EXERCISE DESCRIPTION: The entries below contain a line with "Line((-64.5, 20.5), (-64.5, 16))" and a line with "A parametric FreeCAD". Quote exactly those two lines and all lines between them.

Items listed in a dataset:
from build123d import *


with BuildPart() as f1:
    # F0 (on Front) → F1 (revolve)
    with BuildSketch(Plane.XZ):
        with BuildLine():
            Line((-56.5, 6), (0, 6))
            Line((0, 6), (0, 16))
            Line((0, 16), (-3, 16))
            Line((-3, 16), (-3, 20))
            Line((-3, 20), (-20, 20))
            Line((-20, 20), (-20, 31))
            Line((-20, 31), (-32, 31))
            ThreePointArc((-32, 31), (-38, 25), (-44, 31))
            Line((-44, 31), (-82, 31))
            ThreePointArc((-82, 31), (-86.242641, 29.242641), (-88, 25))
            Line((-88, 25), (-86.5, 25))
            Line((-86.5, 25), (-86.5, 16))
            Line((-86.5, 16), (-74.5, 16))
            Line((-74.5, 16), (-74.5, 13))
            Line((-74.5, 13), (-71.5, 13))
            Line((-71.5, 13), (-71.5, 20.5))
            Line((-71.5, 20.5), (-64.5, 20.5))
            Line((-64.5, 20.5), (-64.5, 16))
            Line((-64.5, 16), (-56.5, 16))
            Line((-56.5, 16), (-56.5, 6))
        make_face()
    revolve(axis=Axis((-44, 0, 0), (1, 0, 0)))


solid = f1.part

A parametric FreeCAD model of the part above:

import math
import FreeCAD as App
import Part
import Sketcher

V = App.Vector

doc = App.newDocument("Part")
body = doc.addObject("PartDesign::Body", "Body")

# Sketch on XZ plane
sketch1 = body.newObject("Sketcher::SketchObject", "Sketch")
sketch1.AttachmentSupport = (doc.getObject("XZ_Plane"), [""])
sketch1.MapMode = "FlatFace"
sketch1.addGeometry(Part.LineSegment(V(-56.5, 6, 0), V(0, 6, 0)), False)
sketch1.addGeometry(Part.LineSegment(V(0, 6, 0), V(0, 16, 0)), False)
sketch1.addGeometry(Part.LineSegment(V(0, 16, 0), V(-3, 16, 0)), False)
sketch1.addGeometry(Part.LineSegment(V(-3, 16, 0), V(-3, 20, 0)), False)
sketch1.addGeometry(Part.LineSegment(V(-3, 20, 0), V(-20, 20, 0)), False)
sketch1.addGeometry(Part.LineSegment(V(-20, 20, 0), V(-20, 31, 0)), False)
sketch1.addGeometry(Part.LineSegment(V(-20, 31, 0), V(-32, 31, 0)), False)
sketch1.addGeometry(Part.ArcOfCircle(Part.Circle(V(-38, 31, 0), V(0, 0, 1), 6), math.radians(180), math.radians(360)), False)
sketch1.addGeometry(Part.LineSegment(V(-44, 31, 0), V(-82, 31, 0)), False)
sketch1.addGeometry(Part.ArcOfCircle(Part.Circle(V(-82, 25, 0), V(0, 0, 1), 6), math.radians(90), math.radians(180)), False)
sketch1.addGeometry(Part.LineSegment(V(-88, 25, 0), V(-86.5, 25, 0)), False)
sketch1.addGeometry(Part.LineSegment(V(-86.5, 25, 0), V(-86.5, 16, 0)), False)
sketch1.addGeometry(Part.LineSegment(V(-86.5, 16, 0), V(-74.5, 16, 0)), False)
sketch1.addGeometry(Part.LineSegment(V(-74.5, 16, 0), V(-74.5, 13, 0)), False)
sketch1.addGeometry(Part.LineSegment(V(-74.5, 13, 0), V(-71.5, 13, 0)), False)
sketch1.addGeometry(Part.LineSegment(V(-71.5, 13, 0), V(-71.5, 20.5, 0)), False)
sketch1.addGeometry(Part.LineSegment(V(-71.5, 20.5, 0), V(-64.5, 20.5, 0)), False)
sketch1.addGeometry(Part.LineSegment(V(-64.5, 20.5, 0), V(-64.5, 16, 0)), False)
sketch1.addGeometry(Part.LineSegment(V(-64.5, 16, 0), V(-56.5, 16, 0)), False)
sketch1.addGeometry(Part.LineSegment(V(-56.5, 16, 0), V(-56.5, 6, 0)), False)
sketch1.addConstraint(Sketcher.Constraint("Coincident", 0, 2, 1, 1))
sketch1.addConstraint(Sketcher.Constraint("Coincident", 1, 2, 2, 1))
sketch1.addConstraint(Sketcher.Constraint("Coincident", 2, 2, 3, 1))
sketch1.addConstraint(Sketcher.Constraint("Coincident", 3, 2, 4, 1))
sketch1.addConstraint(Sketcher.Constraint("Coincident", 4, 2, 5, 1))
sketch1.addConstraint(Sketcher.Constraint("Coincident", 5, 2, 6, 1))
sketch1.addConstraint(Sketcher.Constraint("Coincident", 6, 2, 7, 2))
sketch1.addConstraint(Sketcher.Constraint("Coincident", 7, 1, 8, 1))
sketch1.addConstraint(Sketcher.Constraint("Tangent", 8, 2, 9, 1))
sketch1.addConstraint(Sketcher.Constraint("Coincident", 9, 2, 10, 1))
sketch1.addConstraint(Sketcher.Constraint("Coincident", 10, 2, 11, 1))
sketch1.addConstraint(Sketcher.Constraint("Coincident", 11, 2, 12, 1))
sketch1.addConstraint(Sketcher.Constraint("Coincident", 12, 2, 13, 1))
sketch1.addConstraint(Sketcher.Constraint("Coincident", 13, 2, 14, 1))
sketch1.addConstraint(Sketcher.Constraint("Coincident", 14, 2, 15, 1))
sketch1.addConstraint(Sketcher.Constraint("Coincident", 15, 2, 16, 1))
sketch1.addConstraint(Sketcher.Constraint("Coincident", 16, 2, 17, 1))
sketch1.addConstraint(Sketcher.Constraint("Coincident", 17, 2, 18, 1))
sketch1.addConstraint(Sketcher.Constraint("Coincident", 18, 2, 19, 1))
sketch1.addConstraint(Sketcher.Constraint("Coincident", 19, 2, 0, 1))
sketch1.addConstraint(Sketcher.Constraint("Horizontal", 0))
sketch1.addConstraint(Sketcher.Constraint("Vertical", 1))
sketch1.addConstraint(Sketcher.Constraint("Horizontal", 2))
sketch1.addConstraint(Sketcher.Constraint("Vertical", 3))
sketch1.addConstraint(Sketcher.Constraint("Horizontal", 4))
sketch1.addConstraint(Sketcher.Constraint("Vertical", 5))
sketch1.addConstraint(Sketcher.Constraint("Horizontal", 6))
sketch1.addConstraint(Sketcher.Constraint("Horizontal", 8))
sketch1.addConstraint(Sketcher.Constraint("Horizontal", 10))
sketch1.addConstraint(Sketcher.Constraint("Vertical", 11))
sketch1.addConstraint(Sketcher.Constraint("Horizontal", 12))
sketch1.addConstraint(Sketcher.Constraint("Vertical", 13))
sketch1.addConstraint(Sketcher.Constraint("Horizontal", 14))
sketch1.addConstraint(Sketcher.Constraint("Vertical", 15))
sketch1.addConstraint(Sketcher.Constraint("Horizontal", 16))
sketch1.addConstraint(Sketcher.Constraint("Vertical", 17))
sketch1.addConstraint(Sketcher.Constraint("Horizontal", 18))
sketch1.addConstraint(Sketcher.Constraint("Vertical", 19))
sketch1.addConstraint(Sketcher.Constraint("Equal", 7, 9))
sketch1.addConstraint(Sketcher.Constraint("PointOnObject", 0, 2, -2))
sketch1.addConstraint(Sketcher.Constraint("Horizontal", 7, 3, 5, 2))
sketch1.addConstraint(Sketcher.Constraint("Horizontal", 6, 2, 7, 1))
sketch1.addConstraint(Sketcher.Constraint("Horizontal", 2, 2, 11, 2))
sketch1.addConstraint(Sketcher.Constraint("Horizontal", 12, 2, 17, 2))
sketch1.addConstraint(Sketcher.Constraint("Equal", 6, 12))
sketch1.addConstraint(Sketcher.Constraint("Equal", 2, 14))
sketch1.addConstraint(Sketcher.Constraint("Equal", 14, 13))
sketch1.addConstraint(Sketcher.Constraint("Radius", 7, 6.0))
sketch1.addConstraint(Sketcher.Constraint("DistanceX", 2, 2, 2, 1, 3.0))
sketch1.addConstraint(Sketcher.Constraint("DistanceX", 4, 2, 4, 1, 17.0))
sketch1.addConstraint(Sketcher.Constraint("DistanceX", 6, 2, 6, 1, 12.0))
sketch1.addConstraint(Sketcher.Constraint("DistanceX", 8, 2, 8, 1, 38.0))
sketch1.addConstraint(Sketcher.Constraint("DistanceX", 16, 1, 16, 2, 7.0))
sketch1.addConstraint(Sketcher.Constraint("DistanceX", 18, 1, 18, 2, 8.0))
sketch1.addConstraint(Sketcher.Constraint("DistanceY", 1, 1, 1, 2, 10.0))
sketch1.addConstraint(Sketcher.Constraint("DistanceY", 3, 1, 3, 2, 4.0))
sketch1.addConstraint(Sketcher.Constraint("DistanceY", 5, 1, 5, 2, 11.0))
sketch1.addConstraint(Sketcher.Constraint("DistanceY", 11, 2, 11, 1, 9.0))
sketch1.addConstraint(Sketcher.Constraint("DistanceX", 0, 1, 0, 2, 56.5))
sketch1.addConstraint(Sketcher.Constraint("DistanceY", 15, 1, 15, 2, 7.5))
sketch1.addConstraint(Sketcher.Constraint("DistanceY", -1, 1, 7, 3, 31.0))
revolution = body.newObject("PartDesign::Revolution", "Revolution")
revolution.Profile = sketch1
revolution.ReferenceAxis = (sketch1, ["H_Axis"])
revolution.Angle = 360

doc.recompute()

TASK RESPONSE:
            Line((-64.5, 20.5), (-64.5, 16))
            Line((-64.5, 16), (-56.5, 16))
            Line((-56.5, 16), (-56.5, 6))
        make_face()
    revolve(axis=Axis((-44, 0, 0), (1, 0, 0)))


solid = f1.part

A parametric FreeCAD model of the part above:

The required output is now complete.